Authors: Ivelina Bobtcheva, Maria Grazia Messia
Abstract: The input of the HKR (Hennings-Kauffman-Radford) invariants of
links is a finite-dimensional unimodular ribbon Hopf algebra $A$ and an
element in a quotient $\hat{Z}^S(A)$ of its center which determines a trace
function on $A$. Little is known about the special subset $T_s$ of trace
functions which bring to invariants under the band-connected sum of two link
components (a necessary condition to obtain invariants of 3-manifolds), except that $T_s$ contains the identity, the algebra integral and, when $A$ is a quantum group, an element $z_{RT}$ corresponding to the Reshetikhin-Turaev invariant of 3-manifolds.

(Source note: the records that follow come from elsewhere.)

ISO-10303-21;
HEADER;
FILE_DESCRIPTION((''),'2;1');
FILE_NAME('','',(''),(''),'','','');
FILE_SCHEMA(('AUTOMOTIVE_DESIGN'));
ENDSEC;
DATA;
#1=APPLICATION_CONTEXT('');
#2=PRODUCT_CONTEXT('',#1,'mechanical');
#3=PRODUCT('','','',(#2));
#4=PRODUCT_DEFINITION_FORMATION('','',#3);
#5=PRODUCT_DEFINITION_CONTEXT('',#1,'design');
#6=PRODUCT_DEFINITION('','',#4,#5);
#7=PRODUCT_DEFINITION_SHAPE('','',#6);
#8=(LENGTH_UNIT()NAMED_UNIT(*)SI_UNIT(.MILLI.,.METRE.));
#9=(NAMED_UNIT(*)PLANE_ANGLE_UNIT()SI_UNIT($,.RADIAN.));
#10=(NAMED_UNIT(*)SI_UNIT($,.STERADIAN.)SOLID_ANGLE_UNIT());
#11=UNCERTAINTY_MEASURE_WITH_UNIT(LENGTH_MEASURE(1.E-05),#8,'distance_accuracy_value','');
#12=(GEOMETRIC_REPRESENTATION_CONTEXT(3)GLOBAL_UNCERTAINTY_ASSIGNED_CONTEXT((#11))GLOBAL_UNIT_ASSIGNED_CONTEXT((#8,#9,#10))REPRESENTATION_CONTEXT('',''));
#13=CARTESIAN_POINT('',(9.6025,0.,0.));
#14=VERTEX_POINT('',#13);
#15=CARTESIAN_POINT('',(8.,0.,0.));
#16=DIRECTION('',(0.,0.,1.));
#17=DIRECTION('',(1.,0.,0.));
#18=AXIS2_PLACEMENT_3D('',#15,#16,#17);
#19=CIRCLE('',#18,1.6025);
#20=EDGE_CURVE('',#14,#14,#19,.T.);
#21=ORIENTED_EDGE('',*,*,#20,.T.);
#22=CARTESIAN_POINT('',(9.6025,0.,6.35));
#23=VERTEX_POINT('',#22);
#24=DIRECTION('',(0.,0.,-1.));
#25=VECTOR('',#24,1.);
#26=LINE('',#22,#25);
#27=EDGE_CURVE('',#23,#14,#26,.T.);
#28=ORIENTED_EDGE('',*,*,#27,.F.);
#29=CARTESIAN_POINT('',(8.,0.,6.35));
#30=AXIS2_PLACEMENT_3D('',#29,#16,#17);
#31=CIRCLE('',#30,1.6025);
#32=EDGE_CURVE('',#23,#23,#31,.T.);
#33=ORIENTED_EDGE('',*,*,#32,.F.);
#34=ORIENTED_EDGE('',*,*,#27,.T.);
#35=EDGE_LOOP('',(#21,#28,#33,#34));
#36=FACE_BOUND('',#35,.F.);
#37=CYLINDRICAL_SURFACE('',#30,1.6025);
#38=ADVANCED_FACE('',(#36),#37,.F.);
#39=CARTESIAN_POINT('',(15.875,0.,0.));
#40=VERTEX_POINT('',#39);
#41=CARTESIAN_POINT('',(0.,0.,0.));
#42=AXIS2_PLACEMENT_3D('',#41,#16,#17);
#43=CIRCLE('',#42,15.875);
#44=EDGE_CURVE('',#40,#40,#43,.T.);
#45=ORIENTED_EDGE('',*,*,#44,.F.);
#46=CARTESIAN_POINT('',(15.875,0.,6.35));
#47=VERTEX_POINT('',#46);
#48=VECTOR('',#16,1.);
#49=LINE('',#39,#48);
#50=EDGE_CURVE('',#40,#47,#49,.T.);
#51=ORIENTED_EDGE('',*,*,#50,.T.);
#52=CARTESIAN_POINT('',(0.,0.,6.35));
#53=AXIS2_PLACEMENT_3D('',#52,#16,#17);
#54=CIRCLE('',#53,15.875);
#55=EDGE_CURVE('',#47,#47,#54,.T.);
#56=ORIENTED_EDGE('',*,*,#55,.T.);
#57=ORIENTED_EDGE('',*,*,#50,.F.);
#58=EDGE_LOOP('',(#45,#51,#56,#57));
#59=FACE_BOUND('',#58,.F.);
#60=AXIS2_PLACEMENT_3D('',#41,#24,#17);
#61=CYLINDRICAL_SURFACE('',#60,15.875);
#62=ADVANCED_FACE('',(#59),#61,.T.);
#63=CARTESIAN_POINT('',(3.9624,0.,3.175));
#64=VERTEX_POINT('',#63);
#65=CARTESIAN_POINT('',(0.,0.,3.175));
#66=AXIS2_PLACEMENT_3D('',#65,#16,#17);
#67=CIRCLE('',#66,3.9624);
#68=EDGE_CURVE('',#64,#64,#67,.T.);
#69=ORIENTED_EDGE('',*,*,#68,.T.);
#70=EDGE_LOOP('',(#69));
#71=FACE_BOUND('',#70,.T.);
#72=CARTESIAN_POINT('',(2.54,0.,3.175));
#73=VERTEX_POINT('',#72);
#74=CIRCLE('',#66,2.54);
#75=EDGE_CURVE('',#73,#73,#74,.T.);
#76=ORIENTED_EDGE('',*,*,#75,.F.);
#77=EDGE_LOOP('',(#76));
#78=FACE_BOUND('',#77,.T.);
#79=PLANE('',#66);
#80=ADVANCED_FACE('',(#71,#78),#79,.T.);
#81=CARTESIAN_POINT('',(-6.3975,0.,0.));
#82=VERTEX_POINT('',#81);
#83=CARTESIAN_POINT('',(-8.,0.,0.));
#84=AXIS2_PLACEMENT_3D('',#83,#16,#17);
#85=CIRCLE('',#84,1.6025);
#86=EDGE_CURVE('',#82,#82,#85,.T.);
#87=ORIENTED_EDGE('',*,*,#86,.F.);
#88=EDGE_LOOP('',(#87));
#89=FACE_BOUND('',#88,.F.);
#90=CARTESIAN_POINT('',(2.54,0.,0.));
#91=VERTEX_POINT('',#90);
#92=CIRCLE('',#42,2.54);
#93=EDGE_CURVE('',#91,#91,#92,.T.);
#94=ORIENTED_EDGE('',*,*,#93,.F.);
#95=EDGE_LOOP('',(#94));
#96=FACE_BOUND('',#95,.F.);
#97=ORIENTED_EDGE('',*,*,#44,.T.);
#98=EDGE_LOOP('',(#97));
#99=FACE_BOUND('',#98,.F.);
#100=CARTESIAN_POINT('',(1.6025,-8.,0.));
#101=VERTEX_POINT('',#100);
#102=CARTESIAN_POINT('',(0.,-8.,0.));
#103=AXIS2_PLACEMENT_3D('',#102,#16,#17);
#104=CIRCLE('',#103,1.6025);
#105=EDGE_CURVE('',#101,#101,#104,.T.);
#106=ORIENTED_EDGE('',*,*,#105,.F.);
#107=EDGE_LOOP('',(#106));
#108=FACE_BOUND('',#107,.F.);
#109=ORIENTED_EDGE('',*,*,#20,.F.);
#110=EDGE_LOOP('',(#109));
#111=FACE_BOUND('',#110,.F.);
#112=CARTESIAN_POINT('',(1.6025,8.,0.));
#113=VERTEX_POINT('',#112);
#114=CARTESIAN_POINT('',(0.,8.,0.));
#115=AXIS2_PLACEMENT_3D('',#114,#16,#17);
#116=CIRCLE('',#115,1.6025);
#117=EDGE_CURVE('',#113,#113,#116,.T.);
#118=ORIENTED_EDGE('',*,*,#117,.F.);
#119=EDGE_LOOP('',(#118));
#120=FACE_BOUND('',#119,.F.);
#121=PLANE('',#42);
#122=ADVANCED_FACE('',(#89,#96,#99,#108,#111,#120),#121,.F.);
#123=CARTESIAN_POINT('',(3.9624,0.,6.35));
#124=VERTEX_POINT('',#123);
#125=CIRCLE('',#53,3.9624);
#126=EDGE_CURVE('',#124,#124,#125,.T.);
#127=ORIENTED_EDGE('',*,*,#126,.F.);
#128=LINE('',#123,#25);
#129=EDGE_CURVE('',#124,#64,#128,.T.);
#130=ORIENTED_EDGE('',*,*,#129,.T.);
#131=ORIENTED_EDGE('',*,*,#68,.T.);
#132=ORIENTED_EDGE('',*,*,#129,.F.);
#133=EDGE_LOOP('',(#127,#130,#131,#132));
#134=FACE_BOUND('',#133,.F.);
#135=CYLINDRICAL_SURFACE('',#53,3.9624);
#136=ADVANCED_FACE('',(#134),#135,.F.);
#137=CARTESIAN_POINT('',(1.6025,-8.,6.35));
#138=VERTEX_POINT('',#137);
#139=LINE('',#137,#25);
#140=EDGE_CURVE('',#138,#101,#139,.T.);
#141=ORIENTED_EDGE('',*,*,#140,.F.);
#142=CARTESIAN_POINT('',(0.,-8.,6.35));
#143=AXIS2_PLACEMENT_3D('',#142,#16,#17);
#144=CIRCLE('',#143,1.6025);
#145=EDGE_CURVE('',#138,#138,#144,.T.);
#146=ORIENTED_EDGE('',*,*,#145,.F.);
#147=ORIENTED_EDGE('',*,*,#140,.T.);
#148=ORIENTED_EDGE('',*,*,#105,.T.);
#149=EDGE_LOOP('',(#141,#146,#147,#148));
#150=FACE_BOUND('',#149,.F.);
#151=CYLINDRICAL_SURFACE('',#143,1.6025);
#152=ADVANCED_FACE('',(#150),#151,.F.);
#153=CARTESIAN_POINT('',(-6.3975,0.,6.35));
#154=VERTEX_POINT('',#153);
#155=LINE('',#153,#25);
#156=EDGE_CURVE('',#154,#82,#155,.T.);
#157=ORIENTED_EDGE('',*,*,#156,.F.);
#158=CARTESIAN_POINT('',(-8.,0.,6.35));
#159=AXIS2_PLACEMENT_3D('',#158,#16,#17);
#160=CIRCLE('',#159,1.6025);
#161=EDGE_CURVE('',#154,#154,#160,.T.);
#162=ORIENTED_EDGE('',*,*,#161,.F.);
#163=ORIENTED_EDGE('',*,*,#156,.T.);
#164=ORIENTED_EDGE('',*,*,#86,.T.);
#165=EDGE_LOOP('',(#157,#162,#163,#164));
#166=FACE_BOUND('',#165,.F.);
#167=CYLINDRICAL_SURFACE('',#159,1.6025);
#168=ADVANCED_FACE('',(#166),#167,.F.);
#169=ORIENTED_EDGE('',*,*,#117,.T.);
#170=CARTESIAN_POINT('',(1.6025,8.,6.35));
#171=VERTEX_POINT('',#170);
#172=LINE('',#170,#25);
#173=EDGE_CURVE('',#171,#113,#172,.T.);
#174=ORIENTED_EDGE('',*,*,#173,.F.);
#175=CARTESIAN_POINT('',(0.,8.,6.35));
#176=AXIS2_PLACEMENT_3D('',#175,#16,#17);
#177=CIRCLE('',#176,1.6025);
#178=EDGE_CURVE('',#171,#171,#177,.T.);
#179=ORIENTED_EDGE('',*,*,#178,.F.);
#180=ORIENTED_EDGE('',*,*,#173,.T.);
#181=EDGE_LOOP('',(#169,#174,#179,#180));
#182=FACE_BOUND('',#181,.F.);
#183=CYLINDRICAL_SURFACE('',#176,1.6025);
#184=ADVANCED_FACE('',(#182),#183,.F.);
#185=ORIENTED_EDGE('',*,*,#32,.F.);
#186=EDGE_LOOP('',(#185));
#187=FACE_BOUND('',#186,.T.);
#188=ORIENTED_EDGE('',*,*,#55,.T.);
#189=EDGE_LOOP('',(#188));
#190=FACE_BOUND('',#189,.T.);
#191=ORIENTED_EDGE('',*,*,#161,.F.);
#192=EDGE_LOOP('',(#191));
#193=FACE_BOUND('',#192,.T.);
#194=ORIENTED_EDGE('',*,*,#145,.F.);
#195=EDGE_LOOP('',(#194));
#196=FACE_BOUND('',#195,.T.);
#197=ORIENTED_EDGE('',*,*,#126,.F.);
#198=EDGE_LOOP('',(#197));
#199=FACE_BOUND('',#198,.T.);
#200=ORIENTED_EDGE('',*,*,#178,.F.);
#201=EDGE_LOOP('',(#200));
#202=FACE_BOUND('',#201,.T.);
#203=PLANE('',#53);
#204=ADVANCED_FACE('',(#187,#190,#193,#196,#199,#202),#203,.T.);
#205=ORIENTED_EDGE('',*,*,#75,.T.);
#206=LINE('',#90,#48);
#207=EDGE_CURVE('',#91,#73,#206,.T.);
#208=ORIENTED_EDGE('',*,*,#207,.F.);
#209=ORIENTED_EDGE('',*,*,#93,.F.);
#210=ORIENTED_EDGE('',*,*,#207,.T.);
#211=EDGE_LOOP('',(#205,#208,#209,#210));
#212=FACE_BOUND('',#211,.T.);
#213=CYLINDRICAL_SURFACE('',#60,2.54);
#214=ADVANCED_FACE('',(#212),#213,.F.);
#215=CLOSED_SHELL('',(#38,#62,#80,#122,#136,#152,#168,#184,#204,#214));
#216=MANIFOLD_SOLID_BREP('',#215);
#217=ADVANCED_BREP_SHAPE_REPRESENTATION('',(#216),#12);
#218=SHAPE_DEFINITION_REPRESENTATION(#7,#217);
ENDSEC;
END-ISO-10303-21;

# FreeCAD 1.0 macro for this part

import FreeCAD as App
import Part
import Sketcher

V = App.Vector
Q = App.Units.Quantity

doc = App.newDocument("Part")
body = doc.addObject("PartDesign::Body", "Body")

# Sketch on XY plane
sketch1 = body.newObject("Sketcher::SketchObject", "Sketch")
sketch1.AttachmentSupport = (doc.getObject("XY_Plane"), [""])
sketch1.MapMode = "FlatFace"
sketch1.addGeometry([
    Part.Circle(V(0, 0, 0), V(0, 0, 1), 15.9),
    Part.Circle(V(0, 0, 0), V(0, 0, 1), 2.5),
], False)
sketch1.addConstraint([
    Sketcher.Constraint("Coincident", 0, 3, -1, 1),
    Sketcher.Constraint("Coincident", 1, 3, -1, 1),
    Sketcher.Constraint("Diameter", 1, Q("0.2 in")),
    Sketcher.Constraint("Diameter", 0, Q("1.25 in")),
])
pad1 = body.newObject("PartDesign::Pad", "Pad")
pad1.Profile = sketch1
pad1.Length = Q("0.25 in")

# Sketch on XY plane
sketch2 = body.newObject("Sketcher::SketchObject", "Sketch001")
sketch2.AttachmentSupport = (doc.getObject("XY_Plane"), [""])
sketch2.MapMode = "FlatFace"
sketch2.AttachmentOffset = App.Placement(V(0, 0, 0.25 * 25.4), App.Rotation())
sketch2.addGeometry([
    Part.Circle(V(0, -8, 0), V(0, 0, 1), 1.6),
    Part.Circle(V(8, 0, 0), V(0, 0, 1), 1.6),
    Part.Circle(V(-8, 0, 0), V(0, 0, 1), 1.6),
    Part.Circle(V(0, 8, 0), V(0, 0, 1), 1.6),
], False)
sketch2.addConstraint([
    Sketcher.Constraint("Equal", 0, 1),
    Sketcher.Constraint("Equal", 1, 2),
    Sketcher.Constraint("Equal", 2, 3),
    Sketcher.Constraint("Symmetric", 1, 3, 2, 3, -1, 1),
    Sketcher.Constraint("Symmetric", 0, 3, 3, 3, -1, 1),
    Sketcher.Constraint("PointOnObject", 0, 3, -2),
    Sketcher.Constraint("PointOnObject", 1, 3, -1),
    Sketcher.Constraint("Diameter", 0, Q("3.205 mm")),
    Sketcher.Constraint("DistanceY", 0, 3, -1, 1, Q("8 mm")),
    Sketcher.Constraint("DistanceX", -1, 1, 1, 3, Q("8 mm")),
])
pocket1 = body.newObject("PartDesign::Pocket", "Pocket")
pocket1.Profile = sketch2
pocket1.Length = Q("0.25 in")

# Sketch on XY plane
sketch3 = body.newObject("Sketcher::SketchObject", "Sketch002")
sketch3.AttachmentSupport = (doc.getObject("XY_Plane"), [""])
sketch3.MapMode = "FlatFace"
sketch3.AttachmentOffset = App.Placement(V(0, 0, 0.25 * 25.4), App.Rotation())
sketch3.addGeometry([
    Part.Circle(V(0, 0, 0), V(0, 0, 1), 4),
    Part.Circle(V(0, 0, 0), V(0, 0, 1), 2.5),
], False)
sketch3.addConstraint([
    Sketcher.Constraint("Coincident", 0, 3, -1, 1),
    Sketcher.Constraint("Coincident", 1, 3, -1, 1),
    Sketcher.Constraint("Diameter", 0, Q("0.312 in")),
    Sketcher.Constraint("Diameter", 1, Q("0.2 in")),
])
pocket2 = body.newObject("PartDesign::Pocket", "Pocket001")
pocket2.Profile = sketch3
pocket2.Length = Q("0.125 in")

doc.recompute()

We define a new product structure on $\hat{Z}^S(A)$, denoted with *, and a
subset $T_Z$ of $\hat{Z}^S(A)$, and we make those explicit for the quantum
sl(2) with the following conclusions:
(a) the nilpotent subalgebra of $\hat{Z}^S(A)$ with respect to
the *-structure is isomorphic to the fusion algebra of the semisimple
quotient of the category of representations of the quantum sl(2);
(b) $T_Z$ is a commutative monoid of $\hat{Z}^S(A)$ with respect to
the usual and the *- product structures. Moreover, $T_Z$ consists of
four elements, three of which are the identity, the algebra integral
and $z_{RT}$.
We conjecture that $T_Z=T_s$.

Heather Dye
Title: Using Surfaces to Detect Non-Trivial Virtual
Knots
Abstract: Virtual knot theory is a generalization of classical knot theory that was introduced
by Kauffman in 1996. Classical knot invariants were generalized to virtual knot diagrams,
but they often fail to detect non-trivial diagrams. We show how surfaces and the bracket polynomial may be used to detect non-trivial virtual knot diagrams.

Billie J. Rinaldi
Title: A Cellular Automaton Inverse Problem.
Abstract: This poster presents an introduction to a cellular automaton inverse
problem. Applications of this inverse problem are shown, and current work
on this inverse problem is discussed. Techniques are also presented for
filtering noise by means of this inverse problem.